If space were a material - what would it be - universe of heliospherical atoms?

Why is space so big?



Have you ever looked at it? I mean, above, that's just our galaxy, the so-called Milky Way. And there are millions of galaxies within range, and millions more in clusters outside that.

Why does 'space' have to be so enormously enormous aka BIG?

And it got me to thinking, "You know that most of the stuff, most of the phenomenon we call MATTER, is just space," or the distance between cores. For example: if the electron shell of atom were the size of a football field, the proton/neutron nucleus would be the size of a flea on the 50-yard line! And that's a lot of a) space within and b) space without. Atoms rarely 'touch' in most media, even in outer space. They spend most of their time separated by quite enormous distance at ambient temperatures and pressures of space, even in the atoms in a cup of hot tea.

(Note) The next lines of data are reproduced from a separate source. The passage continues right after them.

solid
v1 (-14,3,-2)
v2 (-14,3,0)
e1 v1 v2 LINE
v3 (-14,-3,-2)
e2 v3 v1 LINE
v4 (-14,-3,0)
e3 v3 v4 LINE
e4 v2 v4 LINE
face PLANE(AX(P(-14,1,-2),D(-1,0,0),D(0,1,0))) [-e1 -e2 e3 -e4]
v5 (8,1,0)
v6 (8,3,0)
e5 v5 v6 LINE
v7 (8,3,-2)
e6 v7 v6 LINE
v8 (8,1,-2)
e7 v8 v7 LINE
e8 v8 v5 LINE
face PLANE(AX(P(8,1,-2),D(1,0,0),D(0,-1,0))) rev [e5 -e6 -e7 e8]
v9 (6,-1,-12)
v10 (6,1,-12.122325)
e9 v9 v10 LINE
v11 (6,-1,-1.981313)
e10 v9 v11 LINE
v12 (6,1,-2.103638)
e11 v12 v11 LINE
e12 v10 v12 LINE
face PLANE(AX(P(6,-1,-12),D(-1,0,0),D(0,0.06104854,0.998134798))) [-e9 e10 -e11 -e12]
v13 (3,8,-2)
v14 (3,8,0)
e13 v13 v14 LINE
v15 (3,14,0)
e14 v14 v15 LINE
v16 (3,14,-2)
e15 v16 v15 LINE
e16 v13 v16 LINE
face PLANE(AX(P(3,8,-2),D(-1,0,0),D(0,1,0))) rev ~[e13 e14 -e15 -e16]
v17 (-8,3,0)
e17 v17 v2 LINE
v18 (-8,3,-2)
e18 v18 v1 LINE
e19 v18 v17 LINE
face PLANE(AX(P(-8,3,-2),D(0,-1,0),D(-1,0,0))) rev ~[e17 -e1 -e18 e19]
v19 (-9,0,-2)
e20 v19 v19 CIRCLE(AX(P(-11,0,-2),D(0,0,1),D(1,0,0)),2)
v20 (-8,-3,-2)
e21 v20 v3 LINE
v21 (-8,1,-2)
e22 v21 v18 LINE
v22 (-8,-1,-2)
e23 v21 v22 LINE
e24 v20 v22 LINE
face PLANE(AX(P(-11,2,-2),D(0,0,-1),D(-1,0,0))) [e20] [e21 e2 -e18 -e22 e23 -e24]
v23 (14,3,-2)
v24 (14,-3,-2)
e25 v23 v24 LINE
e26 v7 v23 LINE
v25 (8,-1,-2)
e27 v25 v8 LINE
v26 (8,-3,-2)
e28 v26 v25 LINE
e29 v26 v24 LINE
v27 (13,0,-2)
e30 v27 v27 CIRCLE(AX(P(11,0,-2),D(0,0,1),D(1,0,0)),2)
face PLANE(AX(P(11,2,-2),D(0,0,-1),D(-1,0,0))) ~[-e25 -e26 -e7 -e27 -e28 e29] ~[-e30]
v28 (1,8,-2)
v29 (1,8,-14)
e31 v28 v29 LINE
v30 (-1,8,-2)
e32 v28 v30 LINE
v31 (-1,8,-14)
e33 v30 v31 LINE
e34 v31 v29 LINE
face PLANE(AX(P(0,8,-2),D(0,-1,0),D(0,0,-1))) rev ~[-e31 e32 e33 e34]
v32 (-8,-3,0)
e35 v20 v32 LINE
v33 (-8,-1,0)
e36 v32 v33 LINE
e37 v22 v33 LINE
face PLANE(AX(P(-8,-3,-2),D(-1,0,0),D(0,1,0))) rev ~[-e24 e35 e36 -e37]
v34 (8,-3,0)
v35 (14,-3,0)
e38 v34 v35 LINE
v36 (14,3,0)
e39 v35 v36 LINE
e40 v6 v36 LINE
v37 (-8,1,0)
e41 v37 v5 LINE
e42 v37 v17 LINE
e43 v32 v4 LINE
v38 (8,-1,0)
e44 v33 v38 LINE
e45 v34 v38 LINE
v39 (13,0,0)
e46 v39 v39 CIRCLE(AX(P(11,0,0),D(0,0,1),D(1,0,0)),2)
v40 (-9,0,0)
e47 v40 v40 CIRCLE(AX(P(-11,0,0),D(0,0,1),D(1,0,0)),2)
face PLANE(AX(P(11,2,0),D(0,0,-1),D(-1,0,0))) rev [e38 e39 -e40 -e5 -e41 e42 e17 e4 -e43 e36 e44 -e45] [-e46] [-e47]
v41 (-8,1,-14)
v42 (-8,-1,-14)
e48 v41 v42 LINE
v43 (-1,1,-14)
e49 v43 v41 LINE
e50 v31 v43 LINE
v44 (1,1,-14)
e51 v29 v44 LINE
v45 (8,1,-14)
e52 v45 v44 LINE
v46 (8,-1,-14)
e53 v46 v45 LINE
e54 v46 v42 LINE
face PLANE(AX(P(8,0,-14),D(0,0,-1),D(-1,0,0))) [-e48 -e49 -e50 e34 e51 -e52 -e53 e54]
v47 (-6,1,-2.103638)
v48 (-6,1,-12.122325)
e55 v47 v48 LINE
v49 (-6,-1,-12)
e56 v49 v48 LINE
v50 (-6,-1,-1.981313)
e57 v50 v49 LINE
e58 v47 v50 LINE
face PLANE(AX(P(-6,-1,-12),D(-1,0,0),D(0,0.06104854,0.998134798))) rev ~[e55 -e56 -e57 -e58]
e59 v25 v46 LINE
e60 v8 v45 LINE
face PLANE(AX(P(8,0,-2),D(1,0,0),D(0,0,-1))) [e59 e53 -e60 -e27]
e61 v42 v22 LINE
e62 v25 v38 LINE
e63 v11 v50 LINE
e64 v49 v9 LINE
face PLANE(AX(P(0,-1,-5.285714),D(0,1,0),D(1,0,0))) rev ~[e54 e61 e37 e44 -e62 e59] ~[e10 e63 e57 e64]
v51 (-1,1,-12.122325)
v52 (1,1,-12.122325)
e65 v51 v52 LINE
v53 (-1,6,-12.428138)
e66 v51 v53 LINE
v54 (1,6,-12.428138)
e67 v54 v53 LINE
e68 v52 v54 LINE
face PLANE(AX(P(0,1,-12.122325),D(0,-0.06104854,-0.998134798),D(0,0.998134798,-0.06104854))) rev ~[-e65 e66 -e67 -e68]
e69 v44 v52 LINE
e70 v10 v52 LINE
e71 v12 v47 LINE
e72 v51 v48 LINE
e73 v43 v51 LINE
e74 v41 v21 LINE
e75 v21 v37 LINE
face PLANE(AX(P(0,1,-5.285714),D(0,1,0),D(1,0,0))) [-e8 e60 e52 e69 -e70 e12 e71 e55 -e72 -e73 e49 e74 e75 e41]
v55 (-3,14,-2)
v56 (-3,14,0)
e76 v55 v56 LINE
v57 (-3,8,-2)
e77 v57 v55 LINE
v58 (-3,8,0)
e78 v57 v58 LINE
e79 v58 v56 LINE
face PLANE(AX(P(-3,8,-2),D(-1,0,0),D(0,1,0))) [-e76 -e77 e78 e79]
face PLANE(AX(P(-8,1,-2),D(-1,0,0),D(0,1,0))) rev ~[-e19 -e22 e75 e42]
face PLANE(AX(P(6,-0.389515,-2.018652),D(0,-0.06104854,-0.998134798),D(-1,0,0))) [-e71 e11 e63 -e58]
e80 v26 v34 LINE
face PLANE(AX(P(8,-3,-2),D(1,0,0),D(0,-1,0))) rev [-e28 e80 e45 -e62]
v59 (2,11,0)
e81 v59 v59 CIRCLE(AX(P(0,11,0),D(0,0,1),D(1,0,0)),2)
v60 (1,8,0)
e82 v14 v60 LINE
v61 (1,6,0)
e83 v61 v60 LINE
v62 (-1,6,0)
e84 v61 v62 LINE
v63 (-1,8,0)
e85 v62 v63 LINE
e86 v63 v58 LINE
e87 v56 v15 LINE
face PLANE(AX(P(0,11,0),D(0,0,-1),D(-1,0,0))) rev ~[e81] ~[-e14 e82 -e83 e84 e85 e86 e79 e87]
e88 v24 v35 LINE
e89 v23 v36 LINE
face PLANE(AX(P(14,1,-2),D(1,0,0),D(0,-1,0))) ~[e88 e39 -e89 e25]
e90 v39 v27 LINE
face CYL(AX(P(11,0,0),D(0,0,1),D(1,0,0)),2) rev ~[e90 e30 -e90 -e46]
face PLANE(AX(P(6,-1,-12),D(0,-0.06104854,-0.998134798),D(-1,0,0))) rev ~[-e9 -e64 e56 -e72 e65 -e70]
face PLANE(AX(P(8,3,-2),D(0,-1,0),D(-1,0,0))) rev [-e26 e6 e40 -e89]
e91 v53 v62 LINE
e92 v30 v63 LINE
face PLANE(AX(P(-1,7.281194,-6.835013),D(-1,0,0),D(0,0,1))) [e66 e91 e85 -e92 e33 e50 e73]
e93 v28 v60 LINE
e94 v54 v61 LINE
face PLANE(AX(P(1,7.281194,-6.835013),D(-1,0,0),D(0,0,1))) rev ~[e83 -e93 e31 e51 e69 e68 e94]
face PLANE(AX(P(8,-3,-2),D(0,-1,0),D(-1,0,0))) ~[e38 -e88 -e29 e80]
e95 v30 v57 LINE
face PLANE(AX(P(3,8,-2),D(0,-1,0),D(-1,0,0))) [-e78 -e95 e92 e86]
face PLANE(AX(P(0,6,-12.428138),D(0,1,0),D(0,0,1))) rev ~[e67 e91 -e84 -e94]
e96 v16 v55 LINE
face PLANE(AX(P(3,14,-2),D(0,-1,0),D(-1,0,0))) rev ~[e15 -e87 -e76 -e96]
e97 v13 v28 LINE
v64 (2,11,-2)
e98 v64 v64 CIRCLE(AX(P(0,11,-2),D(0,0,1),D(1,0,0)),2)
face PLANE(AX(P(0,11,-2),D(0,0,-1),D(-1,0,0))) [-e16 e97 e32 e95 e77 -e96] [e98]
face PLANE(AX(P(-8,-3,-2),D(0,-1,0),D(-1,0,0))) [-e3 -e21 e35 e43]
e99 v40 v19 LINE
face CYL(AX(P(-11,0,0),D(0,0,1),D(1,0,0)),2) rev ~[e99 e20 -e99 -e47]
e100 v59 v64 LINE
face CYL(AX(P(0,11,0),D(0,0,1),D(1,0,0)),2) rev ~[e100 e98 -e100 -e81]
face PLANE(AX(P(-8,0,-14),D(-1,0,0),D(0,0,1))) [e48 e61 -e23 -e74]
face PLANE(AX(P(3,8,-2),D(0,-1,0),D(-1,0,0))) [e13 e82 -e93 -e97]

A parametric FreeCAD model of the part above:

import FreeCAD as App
import Part
import Sketcher
Q = App.Units.Quantity

doc = App.newDocument("Part")
params = doc.addObject("Spreadsheet::Sheet", "Params")
for row, (alias, value) in enumerate([
    ("sketch1_width", "28 mm"),
    ("sketch1_width2", "6 mm"),
    ("sketch1_width3", "12 mm"),
    ("sketch1_height", "2 mm"),
    ("sketch1_height2", "8 mm"),
    ("pad1_length", "2 mm"),
    ("sketch2_width", "6 mm"),
    ("sketch2_height", "2 mm"),
    ("pad2_length", "2 mm"),
    ("sketch3_width", "12 mm"),
    ("sketch3_height", "10 mm"),
    ("pocket1_length", "5 mm"),
    ("sketch4_width", "7 mm"),
    ("sketch4_width2", "6 mm"),
    ("sketch4_width3", "8 mm"),
    ("sketch4_height", "12 mm"),
    ("sketch4_height2", "2 mm"),
    ("pad3_length", "2 mm"),
    ("sketch5_width", "6 mm"),
    ("pad4_length", "2 mm"),
    ("sketch6_diameter", "4 mm"),
], start=1):
    params.set(f"A{row}", alias)
    params.set(f"B{row}", "=" + value)
    params.setAlias(f"B{row}", alias)

body = doc.addObject("PartDesign::Body", "Body")

sketch1 = doc.addObject("Sketcher::SketchObject", "Sketch")
body.addObject(sketch1)
sketch1.AttachmentSupport = (doc.XZ_Plane, [""])
sketch1.MapMode = "FlatFace"
sketch1.addGeometry([
    Part.LineSegment(App.Vector(-14, 0, 0), App.Vector(14, 0, 0)),
    Part.LineSegment(App.Vector(14, 0, 0), App.Vector(14, -2, 0)),
    Part.LineSegment(App.Vector(14, -2, 0), App.Vector(8, -2, 0)),
    Part.LineSegment(App.Vector(8, -2, 0), App.Vector(8, -14, 0)),
    Part.LineSegment(App.Vector(8, -14, 0), App.Vector(-8, -14, 0)),
    Part.LineSegment(App.Vector(-8, -14, 0), App.Vector(-8, -2, 0)),
    Part.LineSegment(App.Vector(-8, -2, 0), App.Vector(-14, -2, 0)),
    Part.LineSegment(App.Vector(-14, -2, 0), App.Vector(-14, 0, 0)),
    Part.LineSegment(App.Vector(6, -4, 0), App.Vector(-6, -4, 0)),
    Part.LineSegment(App.Vector(-6, -4, 0), App.Vector(-6, -12, 0)),
    Part.LineSegment(App.Vector(-6, -12, 0), App.Vector(6, -12, 0)),
    Part.LineSegment(App.Vector(6, -12, 0), App.Vector(6, -4, 0)),
], False)
sketch1.addConstraint([
    Sketcher.Constraint("Coincident", 0, 2, 1, 1),
    Sketcher.Constraint("Coincident", 1, 2, 2, 1),
    Sketcher.Constraint("Coincident", 2, 2, 3, 1),
    Sketcher.Constraint("Coincident", 3, 2, 4, 1),
    Sketcher.Constraint("Coincident", 4, 2, 5, 1),
    Sketcher.Constraint("Coincident", 5, 2, 6, 1),
    Sketcher.Constraint("Coincident", 6, 2, 7, 1),
    Sketcher.Constraint("Coincident", 7, 2, 0, 1),
    Sketcher.Constraint("Coincident", 8, 2, 9, 1),
    Sketcher.Constraint("Coincident", 9, 2, 10, 1),
    Sketcher.Constraint("Coincident", 10, 2, 11, 1),
    Sketcher.Constraint("Coincident", 11, 2, 8, 1),
    Sketcher.Constraint("Horizontal", 0),
    Sketcher.Constraint("Vertical", 1),
    Sketcher.Constraint("Horizontal", 2),
    Sketcher.Constraint("Vertical", 3),
    Sketcher.Constraint("Horizontal", 4),
    Sketcher.Constraint("Vertical", 5),
    Sketcher.Constraint("Horizontal", 6),
    Sketcher.Constraint("Vertical", 7),
    Sketcher.Constraint("Horizontal", 8),
    Sketcher.Constraint("Vertical", 9),
    Sketcher.Constraint("Horizontal", 10),
    Sketcher.Constraint("Vertical", 11),
    Sketcher.Constraint("Symmetric", 0, 2, 7, 2, -1, 1),
    Sketcher.Constraint("Symmetric", 2, 2, 5, 2, -2),
    Sketcher.Constraint("Equal", 10, 3),
    Sketcher.Constraint("DistanceX", 0, 1, 0, 2, Q("28 mm")),
    Sketcher.Constraint("DistanceX", 2, 2, 2, 1, Q("6 mm")),
    Sketcher.Constraint("DistanceX", 8, 2, 8, 1, Q("12 mm")),
    Sketcher.Constraint("DistanceY", 1, 2, 1, 1, Q("2 mm")),
    Sketcher.Constraint("DistanceY", 9, 2, 9, 1, Q("8 mm")),
    Sketcher.Constraint("DistanceX", 8, 2, -1, 1, Q("6 mm")),
    Sketcher.Constraint("DistanceY", 8, 2, -1, 1, Q("4 mm")),
])
sketch1.setExpression("Constraints[27]", "Params.sketch1_width")
sketch1.setExpression("Constraints[28]", "Params.sketch1_width2")
sketch1.setExpression("Constraints[29]", "Params.sketch1_width3")
sketch1.setExpression("Constraints[30]", "Params.sketch1_height")
sketch1.setExpression("Constraints[31]", "Params.sketch1_height2")
pad1 = doc.addObject("PartDesign::Pad", "Pad")
body.addObject(pad1)
pad1.Profile = sketch1
pad1.setExpression("Length", "Params.pad1_length")
pad1.Midplane = True

sketch2 = doc.addObject("Sketcher::SketchObject", "Sketch001")
body.addObject(sketch2)
sketch2.AttachmentSupport = (doc.XY_Plane, [""])
sketch2.MapMode = "FlatFace"
sketch2.AttachmentOffset = App.Placement(App.Vector(0, 0, -2), App.Rotation())
sketch2.addGeometry([
    Part.LineSegment(App.Vector(-8, 3, 0), App.Vector(-8, 1, 0)),
    Part.LineSegment(App.Vector(-8, 1, 0), App.Vector(-14, 1, 0)),
    Part.LineSegment(App.Vector(-14, 1, 0), App.Vector(-14, 3, 0)),
    Part.LineSegment(App.Vector(-14, 3, 0), App.Vector(-8, 3, 0)),
    Part.LineSegment(App.Vector(-8, -1, 0), App.Vector(-8, -3, 0)),
    Part.LineSegment(App.Vector(-8, -3, 0), App.Vector(-14, -3, 0)),
    Part.LineSegment(App.Vector(-14, -3, 0), App.Vector(-14, -1, 0)),
    Part.LineSegment(App.Vector(-14, -1, 0), App.Vector(-8, -1, 0)),
], False)
sketch2.addConstraint([
    Sketcher.Constraint("Coincident", 0, 2, 1, 1),
    Sketcher.Constraint("Coincident", 1, 2, 2, 1),
    Sketcher.Constraint("Coincident", 2, 2, 3, 1),
    Sketcher.Constraint("Coincident", 3, 2, 0, 1),
    Sketcher.Constraint("Coincident", 4, 2, 5, 1),
    Sketcher.Constraint("Coincident", 5, 2, 6, 1),
    Sketcher.Constraint("Coincident", 6, 2, 7, 1),
    Sketcher.Constraint("Coincident", 7, 2, 4, 1),
    Sketcher.Constraint("Vertical", 0),
    Sketcher.Constraint("Horizontal", 1),
    Sketcher.Constraint("Vertical", 2),
    Sketcher.Constraint("Horizontal", 3),
    Sketcher.Constraint("Vertical", 4),
    Sketcher.Constraint("Horizontal", 5),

And what is the universe but a series of globular distances between atomic-cores, pin-pointed by the stars at their centres. Are these macroscopic galactic structures equatable with the microscopic molecular structures? And can we say 'what kind of material' the universe would be were it represented by these heliospherical 'star atoms'?


SUPPLEMENTARY THOUGHT: I'm (personally) very keen to see what Voyager I and II discover 'outside the atomic Sun boundary' layer or spheroid. Out in Deep Space, between the Stellar Atoms.